** What to do **
Collect all lines from the records below that include the word "Circle".

BEGIN

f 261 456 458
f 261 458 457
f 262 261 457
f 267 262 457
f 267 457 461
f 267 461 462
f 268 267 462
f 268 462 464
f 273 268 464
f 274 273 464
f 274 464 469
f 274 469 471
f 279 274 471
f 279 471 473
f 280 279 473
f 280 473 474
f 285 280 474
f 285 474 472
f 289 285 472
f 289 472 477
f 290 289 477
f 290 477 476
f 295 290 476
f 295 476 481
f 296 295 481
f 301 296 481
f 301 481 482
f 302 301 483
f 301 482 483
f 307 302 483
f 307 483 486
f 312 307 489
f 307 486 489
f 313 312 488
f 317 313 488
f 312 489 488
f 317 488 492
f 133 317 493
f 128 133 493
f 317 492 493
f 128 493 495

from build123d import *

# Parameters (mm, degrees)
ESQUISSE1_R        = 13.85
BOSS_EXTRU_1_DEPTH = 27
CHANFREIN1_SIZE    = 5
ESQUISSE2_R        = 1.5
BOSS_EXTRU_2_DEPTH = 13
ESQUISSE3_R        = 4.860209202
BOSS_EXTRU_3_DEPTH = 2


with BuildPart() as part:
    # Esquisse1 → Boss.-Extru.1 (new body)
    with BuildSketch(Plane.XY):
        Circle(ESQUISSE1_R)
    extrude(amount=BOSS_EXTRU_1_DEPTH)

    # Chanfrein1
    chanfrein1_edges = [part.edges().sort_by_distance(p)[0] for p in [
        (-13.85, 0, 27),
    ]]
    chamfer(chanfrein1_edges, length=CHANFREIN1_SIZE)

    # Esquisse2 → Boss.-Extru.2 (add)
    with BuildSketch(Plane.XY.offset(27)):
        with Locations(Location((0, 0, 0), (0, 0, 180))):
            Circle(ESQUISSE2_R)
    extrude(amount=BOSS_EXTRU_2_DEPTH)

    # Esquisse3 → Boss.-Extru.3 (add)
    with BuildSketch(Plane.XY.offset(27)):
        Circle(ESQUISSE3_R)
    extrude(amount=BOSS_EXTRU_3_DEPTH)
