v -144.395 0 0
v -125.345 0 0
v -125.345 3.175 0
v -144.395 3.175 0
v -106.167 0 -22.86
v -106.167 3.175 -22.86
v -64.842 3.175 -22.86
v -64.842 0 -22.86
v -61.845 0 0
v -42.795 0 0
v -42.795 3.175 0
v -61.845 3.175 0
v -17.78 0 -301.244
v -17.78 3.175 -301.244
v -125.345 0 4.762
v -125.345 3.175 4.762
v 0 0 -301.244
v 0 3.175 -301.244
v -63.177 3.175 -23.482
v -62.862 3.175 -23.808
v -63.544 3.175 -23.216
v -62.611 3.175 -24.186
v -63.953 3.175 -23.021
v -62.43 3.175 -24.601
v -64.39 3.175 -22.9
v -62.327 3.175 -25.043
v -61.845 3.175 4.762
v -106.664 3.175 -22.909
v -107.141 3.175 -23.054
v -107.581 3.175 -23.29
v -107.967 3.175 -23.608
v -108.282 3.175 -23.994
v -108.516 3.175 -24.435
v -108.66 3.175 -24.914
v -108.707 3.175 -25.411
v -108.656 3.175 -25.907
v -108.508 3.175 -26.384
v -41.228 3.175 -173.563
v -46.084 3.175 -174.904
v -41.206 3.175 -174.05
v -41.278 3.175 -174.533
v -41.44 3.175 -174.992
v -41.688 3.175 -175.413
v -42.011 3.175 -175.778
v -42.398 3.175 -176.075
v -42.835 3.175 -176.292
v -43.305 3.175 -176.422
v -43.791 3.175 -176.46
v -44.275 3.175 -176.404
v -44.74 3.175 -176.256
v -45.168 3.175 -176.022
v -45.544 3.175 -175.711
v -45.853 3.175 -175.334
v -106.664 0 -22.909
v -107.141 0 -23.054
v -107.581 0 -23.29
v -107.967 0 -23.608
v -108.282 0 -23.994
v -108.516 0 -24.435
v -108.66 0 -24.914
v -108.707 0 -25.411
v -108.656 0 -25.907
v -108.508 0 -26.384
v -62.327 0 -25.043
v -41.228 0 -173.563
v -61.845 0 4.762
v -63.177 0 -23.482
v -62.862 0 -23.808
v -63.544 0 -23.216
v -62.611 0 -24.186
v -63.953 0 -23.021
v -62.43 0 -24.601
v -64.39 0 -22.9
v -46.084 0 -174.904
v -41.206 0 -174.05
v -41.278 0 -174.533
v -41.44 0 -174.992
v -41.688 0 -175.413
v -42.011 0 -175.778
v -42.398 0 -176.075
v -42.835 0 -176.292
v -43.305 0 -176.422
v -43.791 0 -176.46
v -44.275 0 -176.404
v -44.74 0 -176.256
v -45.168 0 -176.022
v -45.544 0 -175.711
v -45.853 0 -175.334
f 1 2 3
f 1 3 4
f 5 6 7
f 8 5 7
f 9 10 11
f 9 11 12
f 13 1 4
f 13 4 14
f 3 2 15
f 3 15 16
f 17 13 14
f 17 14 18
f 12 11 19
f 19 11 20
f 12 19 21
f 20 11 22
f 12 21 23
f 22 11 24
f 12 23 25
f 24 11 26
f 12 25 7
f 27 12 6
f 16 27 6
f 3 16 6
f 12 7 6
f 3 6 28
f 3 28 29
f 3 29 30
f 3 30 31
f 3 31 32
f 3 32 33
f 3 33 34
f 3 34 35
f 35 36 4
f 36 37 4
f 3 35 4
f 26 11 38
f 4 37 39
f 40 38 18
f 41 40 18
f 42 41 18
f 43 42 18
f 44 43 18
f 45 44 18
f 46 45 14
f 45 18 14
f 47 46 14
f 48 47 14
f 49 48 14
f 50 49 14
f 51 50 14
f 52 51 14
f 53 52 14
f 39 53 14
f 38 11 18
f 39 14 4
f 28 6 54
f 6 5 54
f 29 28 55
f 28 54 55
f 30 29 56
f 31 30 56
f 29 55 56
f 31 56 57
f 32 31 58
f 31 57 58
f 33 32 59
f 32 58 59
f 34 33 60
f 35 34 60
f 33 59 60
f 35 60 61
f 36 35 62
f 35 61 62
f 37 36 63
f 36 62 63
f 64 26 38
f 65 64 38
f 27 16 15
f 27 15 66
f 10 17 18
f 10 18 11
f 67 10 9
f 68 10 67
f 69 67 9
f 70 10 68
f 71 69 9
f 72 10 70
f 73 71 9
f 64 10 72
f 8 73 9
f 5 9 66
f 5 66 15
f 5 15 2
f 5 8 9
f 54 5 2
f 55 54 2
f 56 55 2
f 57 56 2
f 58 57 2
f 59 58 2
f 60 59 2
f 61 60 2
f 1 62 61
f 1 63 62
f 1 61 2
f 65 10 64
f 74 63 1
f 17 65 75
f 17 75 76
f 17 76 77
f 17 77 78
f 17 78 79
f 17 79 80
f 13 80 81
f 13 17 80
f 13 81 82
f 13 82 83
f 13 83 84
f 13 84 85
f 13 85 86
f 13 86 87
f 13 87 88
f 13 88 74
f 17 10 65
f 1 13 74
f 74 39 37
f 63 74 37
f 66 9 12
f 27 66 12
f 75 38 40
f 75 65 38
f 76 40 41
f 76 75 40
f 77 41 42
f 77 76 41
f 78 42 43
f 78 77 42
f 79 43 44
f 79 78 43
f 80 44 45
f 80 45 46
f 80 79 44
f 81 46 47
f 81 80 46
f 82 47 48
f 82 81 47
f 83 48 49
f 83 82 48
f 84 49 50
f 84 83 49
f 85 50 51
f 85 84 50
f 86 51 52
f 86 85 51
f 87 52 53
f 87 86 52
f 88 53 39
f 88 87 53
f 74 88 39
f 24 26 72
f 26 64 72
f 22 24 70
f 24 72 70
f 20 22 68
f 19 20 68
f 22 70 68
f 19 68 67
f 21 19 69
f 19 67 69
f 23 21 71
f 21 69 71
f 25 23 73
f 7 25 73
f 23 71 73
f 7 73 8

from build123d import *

# Parameters (mm, degrees)
BOSS_EXTRUDE1_DEPTH = 3.175
CUT_EXTRUDE1_REACH  = 336.078
FILLET1_R           = 2.54
SKETCH3_W           = 63.5
SKETCH3_H           = 3.175
BOSS_EXTRUDE2_DEPTH = 4.7625


with BuildPart() as part:
    # Sketch1 → Boss-Extrude1 (new body)
    with BuildSketch(Plane(origin=(0, 0, 0), x_dir=(1, 0, 0), z_dir=(0, 1, 0))):
        Polygon((0, 301.244), (-42.794923706, 0), (-144.394923706, 0), (-17.78, 301.244), align=None)
    extrude(amount=BOSS_EXTRUDE1_DEPTH)

    # Sketch2 → Cut-Extrude1 (cut, up to next)
    with BuildSketch(Plane(origin=(0, 3.175, 0), x_dir=(1, 0, 0), z_dir=(0, 1, 0)), mode=Mode.PRIVATE) as cut_extrude1_sk1:
        Polygon((-38.460690081, 193.042545844), (-109.989583795, 22.86), (-62.636936132, 22.86), align=None)
    cut_extrude1_tool1 = extrude(cut_extrude1_sk1.sketch, amount=-CUT_EXTRUDE1_REACH, mode=Mode.PRIVATE) & part.part
    add(cut_extrude1_tool1.solids().sort_by_distance((-70.362403, 3.175, -79.587515))[0], mode=Mode.SUBTRACT)

    # Fillet1
    fillet1_edges = [part.edges().sort_by_distance(p)[0] for p in [
        (-38.460690081, 1.5875, -193.042545844),
        (-62.636936132, 1.5875, -22.86),
        (-109.989583795, 1.5875, -22.86),
    ]]
    fillet(fillet1_edges, radius=FILLET1_R)

    # Sketch3 → Boss-Extrude2 (add)
    with BuildSketch(Plane.XY):
        with Locations((-93.594923706, 1.5875)):
            Rectangle(SKETCH3_W, SKETCH3_H)
    extrude(amount=BOSS_EXTRUDE2_DEPTH)


solid = part.part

END

** Result of the task **
        Circle(ESQUISSE1_R)
            Circle(ESQUISSE2_R)
        Circle(ESQUISSE3_R)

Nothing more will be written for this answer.